Regression coefficients of the Fine-Gray model for the cumulative incidence of metastasis. HR: sub-distribution hazard ratio; SE: standard error.

	Proposed Model			Therapy cases excluded
Covariate	log HR	SE	p-value	log HR	SE	p-value
Age	−0.0257	0.0237	0.28	−0.0247	0.0241	0.31
Year of surgery	−0.0211	0.0463	0.65	−0.0929	0.0452	0.040
Gleason score sum	0.796	0.250	0.001	0.738	0.279	0.008
ECE	2.036	0.516	< 0:001	2.071	0.549	< 0:001
Marg=0, SV=0	0	-	-	0	-	-
Marg=1, SV=0	0.205	0.434	0.64	0.0851	0.424	0.84
Marg=0, SV=1	1.426	0.425	< 0.001	1.168	0.426	0.006
Marg=1, SV=1	1.300	0.586	0.027	0.885	0.637	0.16
LN	0.960	0.568	0.091	0.413	0.772	0.59
log baseline PSA	0.600	0.238	0.012	0.537	0.297	0.071
log baseline PSA × time	0.00273	0.00386	0.48	0.000744	0.00357	0.84

Fig. 1.

Predicted cumulative incidence function of metastasis up to 10 years for a high risk (a) and a low risk (b) patient.

4 Simulation

We carried out a simulation study to examine the empirical performance of the proposed method. We assumed that the log-transformed PSA follows a linear trajectory over time with patient-specific intercepts and slopes:

$$X_t=X_0+\alpha t,$$

where the baseline value X₀ follows N(1.86, 0.64) and the slope follows N(0.01, 0.15). These parameters were chosen to mimic the data in Section 3. The hazard function for the time to therapy T followed the specification of a Cox model with time-dependent covariate X_t and two independent confounders Z₁ and Z₂, both from the standard normal distribution.

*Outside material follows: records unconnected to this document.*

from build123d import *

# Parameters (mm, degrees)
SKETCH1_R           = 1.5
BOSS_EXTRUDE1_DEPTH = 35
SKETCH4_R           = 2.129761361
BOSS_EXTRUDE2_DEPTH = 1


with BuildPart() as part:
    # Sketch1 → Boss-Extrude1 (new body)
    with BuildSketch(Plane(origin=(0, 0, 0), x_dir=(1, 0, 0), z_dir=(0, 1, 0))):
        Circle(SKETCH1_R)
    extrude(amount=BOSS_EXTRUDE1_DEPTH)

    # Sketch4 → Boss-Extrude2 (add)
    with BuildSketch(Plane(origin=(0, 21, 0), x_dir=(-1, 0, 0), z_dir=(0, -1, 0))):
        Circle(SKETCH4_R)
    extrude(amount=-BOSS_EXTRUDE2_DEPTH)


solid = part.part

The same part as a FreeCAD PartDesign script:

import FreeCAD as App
import Part
import Sketcher

V = App.Vector

doc = App.newDocument("Part")
body = doc.addObject("PartDesign::Body", "Body")

sketch1 = body.newObject("Sketcher::SketchObject", "Sketch")
sketch1.AttachmentSupport = (doc.getObject("XZ_Plane"), [""])
sketch1.MapMode = "FlatFace"
sketch1.addGeometry(Part.Circle(V(0, 0, 0), V(0, 0, 1), 1.5), False)
sketch1.addConstraint(Sketcher.Constraint("Coincident", 0, 3, -1, 1))
sketch1.addConstraint(Sketcher.Constraint("Diameter", 0, 3.0))
pad1 = body.newObject("PartDesign::Pad", "Pad")
pad1.Profile = sketch1
pad1.Length = 35
pad1.Reversed = True

sketch2 = body.newObject("Sketcher::SketchObject", "Sketch001")
sketch2.AttachmentSupport = (doc.getObject("XZ_Plane"), [""])
sketch2.MapMode = "FlatFace"
sketch2.AttachmentOffset = App.Placement(V(0, 0, -21), App.Rotation())
sketch2.addGeometry(Part.Circle(V(0, 0, 0), V(0, 0, 1), 2.1), False)
sketch2.addConstraint(Sketcher.Constraint("Coincident", 0, 3, -1, 1))
sketch2.addConstraint(Sketcher.Constraint("Diameter", 0, 4.259523))
pad2 = body.newObject("PartDesign::Pad", "Pad001")
pad2.Profile = sketch2
pad2.Length = 1
pad2.Reversed = True

doc.recompute()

$$h\left(t\right)=\exp \{0.1Z_1+0.1Z_2+0.1X_t\}.$$

The times to metastasis and death were conditionally independently simulated from the following two exponential hazard models, respectively,

$$\begin{array}{cc}\hfill {\lambda }_1\left(t\right)=& \exp \{\beta X_0-0.2\mathrm{I}(t\ge T\left)\right\}\hfill \\ \hfill {\lambda }_2\left(t\right)=& \exp \{-0.3X_0-0.2\mathrm{I}(t\ge T\left)\right\},\hfill \end{array}$$

where T is the simulated time to therapy in the first step. The coefficient of −0.2 associated with the term I(t ≥ T) indicates that the hazard is reduced if the patient receives the therapy. The simulated times to death and metastasis were censored at the simulated time-to-therapy as in the prostate cancer study. An independent censoring time was simulated from the uniform distribution U[0, 10] for each subject. We varied the value of β in the model for metastasis (λ₁(t)). The sample size was either 1,000 or 200, and the simulation size was 200.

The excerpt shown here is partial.